Problem description: In the entries below, which lines run from the one containing "# Sketch1 → Revolve1 (revolve)" to the one containing "Line((19, -27.5), (35, -27.5))"? Copy exactly those lines, ends included, and no others.

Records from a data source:
○ ○ ○ ○ ○ ○ ○

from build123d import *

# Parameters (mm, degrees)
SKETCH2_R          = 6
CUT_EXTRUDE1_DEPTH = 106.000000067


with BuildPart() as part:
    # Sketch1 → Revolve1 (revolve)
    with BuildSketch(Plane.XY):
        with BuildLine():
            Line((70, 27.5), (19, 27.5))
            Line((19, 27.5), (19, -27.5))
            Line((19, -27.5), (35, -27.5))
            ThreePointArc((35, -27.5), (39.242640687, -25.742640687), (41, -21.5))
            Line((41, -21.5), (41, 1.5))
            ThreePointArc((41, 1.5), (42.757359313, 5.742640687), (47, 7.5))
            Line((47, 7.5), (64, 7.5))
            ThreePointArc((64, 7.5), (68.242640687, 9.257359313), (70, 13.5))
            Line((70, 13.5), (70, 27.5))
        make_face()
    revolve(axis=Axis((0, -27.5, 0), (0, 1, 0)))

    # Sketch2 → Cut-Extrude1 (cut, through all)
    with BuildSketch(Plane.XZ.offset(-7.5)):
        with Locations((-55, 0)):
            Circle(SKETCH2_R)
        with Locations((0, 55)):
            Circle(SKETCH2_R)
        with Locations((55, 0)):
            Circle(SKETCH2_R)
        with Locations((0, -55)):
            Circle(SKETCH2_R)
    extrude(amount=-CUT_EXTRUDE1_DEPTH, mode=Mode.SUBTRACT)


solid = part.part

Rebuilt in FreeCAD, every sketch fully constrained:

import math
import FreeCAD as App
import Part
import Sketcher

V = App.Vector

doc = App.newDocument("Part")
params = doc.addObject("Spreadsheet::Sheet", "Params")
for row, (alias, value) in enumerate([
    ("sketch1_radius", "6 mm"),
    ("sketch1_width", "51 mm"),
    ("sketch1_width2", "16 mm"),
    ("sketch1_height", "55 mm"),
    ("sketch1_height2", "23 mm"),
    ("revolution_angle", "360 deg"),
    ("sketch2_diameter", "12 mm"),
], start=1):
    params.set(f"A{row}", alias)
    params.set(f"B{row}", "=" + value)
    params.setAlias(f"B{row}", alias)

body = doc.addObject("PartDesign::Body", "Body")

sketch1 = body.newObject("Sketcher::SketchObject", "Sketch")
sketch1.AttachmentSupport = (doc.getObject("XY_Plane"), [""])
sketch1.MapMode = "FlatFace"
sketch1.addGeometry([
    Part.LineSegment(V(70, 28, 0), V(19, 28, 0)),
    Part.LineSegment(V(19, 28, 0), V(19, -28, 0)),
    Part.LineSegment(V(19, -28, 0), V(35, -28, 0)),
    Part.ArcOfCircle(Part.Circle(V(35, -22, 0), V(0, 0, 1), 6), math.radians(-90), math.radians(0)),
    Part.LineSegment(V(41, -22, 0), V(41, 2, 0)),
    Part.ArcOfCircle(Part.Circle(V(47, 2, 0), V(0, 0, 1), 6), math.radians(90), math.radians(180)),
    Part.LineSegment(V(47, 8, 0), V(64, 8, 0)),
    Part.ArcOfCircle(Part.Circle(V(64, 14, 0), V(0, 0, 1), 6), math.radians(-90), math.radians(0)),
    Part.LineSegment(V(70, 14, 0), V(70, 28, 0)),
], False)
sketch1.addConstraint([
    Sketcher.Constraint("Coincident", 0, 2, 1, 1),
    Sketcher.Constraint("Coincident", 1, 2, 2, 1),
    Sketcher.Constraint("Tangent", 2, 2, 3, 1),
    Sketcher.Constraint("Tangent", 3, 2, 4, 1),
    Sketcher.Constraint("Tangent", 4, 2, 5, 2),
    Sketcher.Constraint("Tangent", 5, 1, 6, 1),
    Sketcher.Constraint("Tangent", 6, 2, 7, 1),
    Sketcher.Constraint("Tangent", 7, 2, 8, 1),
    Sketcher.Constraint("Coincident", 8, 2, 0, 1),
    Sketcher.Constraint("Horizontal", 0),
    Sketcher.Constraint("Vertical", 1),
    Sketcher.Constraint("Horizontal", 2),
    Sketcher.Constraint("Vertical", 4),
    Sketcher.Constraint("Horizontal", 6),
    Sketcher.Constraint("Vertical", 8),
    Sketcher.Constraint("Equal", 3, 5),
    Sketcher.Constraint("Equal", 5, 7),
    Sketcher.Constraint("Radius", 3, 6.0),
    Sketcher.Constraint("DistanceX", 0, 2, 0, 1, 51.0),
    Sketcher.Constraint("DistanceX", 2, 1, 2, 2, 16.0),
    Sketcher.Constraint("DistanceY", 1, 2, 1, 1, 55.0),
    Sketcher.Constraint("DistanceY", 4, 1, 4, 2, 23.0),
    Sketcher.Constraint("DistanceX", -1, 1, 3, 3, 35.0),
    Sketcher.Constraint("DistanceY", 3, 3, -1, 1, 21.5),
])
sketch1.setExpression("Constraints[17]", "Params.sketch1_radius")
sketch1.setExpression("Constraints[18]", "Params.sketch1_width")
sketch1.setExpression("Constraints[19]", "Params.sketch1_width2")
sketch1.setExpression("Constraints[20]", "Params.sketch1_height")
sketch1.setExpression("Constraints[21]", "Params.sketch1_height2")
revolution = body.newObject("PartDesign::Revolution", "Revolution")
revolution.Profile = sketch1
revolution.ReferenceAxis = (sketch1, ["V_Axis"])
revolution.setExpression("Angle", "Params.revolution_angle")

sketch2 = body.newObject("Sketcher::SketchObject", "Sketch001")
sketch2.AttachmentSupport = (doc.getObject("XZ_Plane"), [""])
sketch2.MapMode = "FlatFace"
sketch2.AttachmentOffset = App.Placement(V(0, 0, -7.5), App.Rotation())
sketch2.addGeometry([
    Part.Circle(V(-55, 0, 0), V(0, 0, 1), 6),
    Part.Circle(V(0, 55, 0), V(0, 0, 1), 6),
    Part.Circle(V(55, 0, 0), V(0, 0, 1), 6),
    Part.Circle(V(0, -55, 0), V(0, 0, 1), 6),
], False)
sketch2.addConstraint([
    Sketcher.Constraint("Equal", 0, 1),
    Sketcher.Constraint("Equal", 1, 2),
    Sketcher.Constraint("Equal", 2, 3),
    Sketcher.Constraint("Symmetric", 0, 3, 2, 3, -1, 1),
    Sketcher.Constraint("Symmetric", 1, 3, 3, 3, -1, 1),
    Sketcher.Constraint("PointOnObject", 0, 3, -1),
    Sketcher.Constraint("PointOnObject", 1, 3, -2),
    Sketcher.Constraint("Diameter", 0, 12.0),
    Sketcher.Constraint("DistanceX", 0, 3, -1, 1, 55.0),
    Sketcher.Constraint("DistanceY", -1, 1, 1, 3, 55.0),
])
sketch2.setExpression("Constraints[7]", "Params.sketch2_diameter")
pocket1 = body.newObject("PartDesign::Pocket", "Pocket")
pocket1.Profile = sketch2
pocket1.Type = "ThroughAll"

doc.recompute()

○ ○ ○ ○ ○ ○ ○

Answer to this exercise:
    # Sketch1 → Revolve1 (revolve)
    with BuildSketch(Plane.XY):
        with BuildLine():
            Line((70, 27.5), (19, 27.5))
            Line((19, 27.5), (19, -27.5))
            Line((19, -27.5), (35, -27.5))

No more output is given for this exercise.